[Data for this exercise — start]

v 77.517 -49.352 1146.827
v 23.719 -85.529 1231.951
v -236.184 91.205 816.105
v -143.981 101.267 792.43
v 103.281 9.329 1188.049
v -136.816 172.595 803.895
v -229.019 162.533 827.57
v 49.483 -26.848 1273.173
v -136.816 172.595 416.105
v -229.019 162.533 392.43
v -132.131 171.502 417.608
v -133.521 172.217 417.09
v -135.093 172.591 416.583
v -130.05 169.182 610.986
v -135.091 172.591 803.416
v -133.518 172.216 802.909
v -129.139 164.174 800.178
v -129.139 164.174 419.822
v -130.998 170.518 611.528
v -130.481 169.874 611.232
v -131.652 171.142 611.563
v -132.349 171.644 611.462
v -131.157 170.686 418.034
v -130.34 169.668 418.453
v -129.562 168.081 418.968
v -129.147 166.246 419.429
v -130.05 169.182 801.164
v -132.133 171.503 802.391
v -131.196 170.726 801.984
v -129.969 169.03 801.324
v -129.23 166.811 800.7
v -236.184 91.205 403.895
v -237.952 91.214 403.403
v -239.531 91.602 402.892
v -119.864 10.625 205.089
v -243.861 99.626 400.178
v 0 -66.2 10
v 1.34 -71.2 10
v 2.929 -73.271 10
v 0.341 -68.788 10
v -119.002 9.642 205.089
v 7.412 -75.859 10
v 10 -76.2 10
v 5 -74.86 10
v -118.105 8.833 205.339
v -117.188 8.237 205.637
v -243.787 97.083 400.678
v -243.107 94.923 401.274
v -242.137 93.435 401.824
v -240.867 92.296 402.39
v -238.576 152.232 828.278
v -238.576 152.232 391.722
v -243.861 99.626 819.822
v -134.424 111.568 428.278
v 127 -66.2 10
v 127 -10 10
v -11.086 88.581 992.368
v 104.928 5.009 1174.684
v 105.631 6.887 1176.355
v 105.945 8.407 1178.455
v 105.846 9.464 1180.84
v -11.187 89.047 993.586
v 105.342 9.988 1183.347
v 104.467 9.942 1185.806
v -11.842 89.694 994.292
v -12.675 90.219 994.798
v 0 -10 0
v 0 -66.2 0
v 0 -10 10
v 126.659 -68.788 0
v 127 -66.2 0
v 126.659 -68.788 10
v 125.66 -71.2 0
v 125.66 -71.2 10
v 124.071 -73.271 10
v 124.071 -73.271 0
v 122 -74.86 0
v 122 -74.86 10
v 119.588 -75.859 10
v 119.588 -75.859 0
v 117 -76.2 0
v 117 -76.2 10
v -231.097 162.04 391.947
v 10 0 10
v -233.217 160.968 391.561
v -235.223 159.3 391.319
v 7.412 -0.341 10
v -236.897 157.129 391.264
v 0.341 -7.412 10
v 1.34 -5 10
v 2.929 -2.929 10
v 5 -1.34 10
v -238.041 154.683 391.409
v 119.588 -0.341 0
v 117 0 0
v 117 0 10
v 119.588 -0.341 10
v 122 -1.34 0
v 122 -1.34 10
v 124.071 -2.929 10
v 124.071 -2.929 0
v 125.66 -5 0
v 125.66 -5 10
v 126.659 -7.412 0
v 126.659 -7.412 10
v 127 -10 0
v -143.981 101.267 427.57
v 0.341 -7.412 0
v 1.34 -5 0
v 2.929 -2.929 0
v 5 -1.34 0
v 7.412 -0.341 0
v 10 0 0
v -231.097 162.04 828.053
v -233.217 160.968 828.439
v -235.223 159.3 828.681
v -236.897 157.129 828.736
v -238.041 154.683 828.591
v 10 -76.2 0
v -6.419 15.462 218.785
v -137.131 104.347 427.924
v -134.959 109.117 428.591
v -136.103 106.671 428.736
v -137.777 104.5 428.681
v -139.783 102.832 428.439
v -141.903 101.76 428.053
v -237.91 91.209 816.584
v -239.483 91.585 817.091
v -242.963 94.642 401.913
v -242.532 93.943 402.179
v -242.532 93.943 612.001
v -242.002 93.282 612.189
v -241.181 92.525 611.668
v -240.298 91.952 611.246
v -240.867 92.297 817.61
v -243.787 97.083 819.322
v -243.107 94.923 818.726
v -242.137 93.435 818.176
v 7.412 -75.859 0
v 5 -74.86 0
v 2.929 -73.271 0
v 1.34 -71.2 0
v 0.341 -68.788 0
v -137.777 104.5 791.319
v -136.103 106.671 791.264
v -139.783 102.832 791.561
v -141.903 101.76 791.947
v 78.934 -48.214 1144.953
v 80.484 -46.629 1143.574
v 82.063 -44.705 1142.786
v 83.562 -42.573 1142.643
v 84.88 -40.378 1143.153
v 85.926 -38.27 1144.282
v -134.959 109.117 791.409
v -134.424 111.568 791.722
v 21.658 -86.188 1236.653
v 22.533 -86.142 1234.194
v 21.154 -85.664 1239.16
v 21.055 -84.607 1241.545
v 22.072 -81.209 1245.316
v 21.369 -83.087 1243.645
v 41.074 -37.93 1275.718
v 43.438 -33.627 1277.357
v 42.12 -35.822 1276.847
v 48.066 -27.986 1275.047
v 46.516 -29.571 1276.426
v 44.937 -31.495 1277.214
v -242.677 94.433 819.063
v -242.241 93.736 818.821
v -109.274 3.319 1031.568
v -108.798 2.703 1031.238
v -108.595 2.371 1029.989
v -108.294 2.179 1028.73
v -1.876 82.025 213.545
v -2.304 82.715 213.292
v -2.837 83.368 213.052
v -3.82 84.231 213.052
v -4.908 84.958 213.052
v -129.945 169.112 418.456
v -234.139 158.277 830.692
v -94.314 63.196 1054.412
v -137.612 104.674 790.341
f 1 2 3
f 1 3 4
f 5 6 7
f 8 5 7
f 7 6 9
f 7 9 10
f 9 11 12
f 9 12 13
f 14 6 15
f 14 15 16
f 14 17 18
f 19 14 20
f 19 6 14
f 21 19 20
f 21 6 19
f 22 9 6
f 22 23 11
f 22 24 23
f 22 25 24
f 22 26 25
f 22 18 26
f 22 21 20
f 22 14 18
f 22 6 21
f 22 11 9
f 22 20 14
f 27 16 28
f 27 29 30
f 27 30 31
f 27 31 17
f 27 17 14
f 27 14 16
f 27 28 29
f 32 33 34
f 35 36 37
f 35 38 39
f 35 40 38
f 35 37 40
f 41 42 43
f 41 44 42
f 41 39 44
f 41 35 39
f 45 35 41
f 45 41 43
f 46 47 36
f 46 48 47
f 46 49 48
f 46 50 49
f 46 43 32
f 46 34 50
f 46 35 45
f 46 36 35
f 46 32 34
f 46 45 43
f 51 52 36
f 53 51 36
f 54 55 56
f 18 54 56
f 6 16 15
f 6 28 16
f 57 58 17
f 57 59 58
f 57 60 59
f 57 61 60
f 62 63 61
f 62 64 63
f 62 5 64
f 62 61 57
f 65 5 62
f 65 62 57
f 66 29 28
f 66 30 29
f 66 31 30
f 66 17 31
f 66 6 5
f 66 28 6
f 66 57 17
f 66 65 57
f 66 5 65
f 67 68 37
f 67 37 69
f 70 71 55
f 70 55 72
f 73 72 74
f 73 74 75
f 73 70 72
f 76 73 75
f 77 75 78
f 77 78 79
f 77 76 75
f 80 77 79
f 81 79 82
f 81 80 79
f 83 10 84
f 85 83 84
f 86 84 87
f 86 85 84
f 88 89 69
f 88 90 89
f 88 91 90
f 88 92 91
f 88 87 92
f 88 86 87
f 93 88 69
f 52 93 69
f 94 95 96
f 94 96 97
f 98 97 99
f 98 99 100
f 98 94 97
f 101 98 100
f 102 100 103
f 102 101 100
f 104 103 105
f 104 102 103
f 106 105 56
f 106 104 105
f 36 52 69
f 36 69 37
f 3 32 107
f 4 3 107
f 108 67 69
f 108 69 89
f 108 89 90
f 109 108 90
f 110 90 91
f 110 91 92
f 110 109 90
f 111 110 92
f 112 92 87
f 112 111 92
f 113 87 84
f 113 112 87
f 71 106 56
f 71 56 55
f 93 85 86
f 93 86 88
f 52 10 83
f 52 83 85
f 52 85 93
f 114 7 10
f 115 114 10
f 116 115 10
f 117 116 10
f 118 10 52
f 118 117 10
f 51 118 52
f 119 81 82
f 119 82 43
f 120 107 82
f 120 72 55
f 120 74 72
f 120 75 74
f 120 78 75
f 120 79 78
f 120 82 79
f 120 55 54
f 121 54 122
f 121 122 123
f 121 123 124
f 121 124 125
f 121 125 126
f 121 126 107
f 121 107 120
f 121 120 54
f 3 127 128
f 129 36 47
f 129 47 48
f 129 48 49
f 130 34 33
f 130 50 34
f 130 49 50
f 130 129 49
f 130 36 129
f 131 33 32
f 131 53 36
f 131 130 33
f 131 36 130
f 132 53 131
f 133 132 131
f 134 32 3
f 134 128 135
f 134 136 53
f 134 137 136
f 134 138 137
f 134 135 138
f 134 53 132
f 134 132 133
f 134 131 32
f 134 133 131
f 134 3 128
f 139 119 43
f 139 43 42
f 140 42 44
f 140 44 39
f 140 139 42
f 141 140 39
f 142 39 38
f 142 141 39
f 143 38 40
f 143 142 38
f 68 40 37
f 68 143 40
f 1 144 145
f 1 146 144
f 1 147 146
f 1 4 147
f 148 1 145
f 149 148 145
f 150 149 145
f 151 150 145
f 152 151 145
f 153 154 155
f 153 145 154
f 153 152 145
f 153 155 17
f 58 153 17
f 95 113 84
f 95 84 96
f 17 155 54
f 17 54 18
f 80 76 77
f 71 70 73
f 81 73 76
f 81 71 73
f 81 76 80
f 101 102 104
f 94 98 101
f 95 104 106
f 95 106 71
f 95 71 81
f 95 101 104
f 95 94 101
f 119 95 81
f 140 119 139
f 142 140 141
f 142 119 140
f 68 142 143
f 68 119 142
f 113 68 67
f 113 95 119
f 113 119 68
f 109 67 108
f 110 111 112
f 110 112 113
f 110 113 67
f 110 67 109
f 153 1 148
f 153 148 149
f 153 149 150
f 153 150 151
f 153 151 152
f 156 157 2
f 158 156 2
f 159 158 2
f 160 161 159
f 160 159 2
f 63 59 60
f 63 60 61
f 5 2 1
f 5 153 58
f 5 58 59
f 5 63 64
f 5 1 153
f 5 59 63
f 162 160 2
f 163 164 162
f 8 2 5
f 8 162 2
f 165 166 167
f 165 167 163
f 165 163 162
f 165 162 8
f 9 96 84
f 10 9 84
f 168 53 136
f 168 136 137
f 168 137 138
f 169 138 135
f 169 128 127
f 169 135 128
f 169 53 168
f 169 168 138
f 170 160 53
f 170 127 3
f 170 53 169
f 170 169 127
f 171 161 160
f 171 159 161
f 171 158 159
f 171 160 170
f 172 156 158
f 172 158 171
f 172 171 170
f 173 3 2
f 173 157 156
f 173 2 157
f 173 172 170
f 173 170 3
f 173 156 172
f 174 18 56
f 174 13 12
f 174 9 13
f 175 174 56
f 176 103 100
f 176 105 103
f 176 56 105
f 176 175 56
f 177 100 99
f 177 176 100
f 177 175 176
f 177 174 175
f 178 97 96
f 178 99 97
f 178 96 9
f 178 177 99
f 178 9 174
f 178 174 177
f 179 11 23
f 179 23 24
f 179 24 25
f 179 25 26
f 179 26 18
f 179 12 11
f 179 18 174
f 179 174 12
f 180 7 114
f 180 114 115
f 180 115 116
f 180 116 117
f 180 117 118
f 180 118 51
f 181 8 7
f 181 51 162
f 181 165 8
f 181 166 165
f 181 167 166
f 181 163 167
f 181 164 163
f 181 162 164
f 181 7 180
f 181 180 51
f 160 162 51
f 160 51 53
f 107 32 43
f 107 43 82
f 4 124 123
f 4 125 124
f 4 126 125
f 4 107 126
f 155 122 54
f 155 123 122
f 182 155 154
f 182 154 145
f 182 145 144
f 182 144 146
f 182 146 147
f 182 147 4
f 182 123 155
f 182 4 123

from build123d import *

# Parameters (mm, degrees)
SALIENTE_EXTRUIR1_DEPTH = 10


with BuildPart() as part:
    # Croquis1 → Saliente-Extruir1 (new body)
    with BuildSketch(Plane.XY):
        with BuildLine():
            Line((10, 0), (117, 0))
            ThreePointArc((117, 0), (124.071067812, -2.928932188), (127, -10))
            Line((127, -10), (127, -66.2))
            ThreePointArc((127, -66.2), (124.071067812, -73.271067812), (117, -76.2))
            Line((117, -76.2), (10, -76.2))
            ThreePointArc((10, -76.2), (2.928932188, -73.271067812), (0, -66.2))
            Line((0, -66.2), (0, -10))
            ThreePointArc((0, -10), (2.928932188, -2.928932188), (10, 0))
        make_face()
    extrude(amount=SALIENTE_EXTRUIR1_DEPTH)

    # Barrer1: sweep along a curve in space
    with BuildLine() as barrer1_path:
        Line((-186.5, 131.9, 810), (63.5, -38.1, 1210))
        Line((-186.5, 131.9, 410), (-186.5, 131.9, 810))
        Line((-186.5, 131.9, 410), (63.5, -38.1, 10))
    # Croquis2 → Barrer1 (sweep)
    with BuildSketch(Plane.XY.offset(10)):
        with BuildLine():
            Line((10, -76.2), (117, -76.2))
            ThreePointArc((117, -76.2), (124.071067812, -73.271067812), (127, -66.2))
            Line((127, -66.2), (127, -10))
            ThreePointArc((127, -10), (124.071067812, -2.928932188), (117, 0))
            Line((117, 0), (10, 0))
            ThreePointArc((10, 0), (2.928932188, -2.928932188), (0, -10))
            Line((0, -10), (0, -66.2))
            ThreePointArc((0, -66.2), (2.928932188, -73.271067812), (10, -76.2))
        make_face()
    sweep(path=barrer1_path.line, transition=Transition.RIGHT)


solid = part.part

[Data for this exercise — finish]

Taking the entries above, print exactly the lines starting at the line with "f 156 157 2" and ending at the line with "f 182 4 123", both included.

● **Result for this task**:
f 156 157 2
f 158 156 2
f 159 158 2
f 160 161 159
f 160 159 2
f 63 59 60
f 63 60 61
f 5 2 1
f 5 153 58
f 5 58 59
f 5 63 64
f 5 1 153
f 5 59 63
f 162 160 2
f 163 164 162
f 8 2 5
f 8 162 2
f 165 166 167
f 165 167 163
f 165 163 162
f 165 162 8
f 9 96 84
f 10 9 84
f 168 53 136
f 168 136 137
f 168 137 138
f 169 138 135
f 169 128 127
f 169 135 128
f 169 53 168
f 169 168 138
f 170 160 53
f 170 127 3
f 170 53 169
f 170 169 127
f 171 161 160
f 171 159 161
f 171 158 159
f 171 160 170
f 172 156 158
f 172 158 171
f 172 171 170
f 173 3 2
f 173 157 156
f 173 2 157
f 173 172 170
f 173 170 3
f 173 156 172
f 174 18 56
f 174 13 12
f 174 9 13
f 175 174 56
f 176 103 100
f 176 105 103
f 176 56 105
f 176 175 56
f 177 100 99
f 177 176 100
f 177 175 176
f 177 174 175
f 178 97 96
f 178 99 97
f 178 96 9
f 178 177 99
f 178 9 174
f 178 174 177
f 179 11 23
f 179 23 24
f 179 24 25
f 179 25 26
f 179 26 18
f 179 12 11
f 179 18 174
f 179 174 12
f 180 7 114
f 180 114 115
f 180 115 116
f 180 116 117
f 180 117 118
f 180 118 51
f 181 8 7
f 181 51 162
f 181 165 8
f 181 166 165
f 181 167 166
f 181 163 167
f 181 164 163
f 181 162 164
f 181 7 180
f 181 180 51
f 160 162 51
f 160 51 53
f 107 32 43
f 107 43 82
f 4 124 123
f 4 125 124
f 4 126 125
f 4 107 126
f 155 122 54
f 155 123 122
f 182 155 154
f 182 154 145
f 182 145 144
f 182 144 146
f 182 146 147
f 182 147 4
f 182 123 155
f 182 4 123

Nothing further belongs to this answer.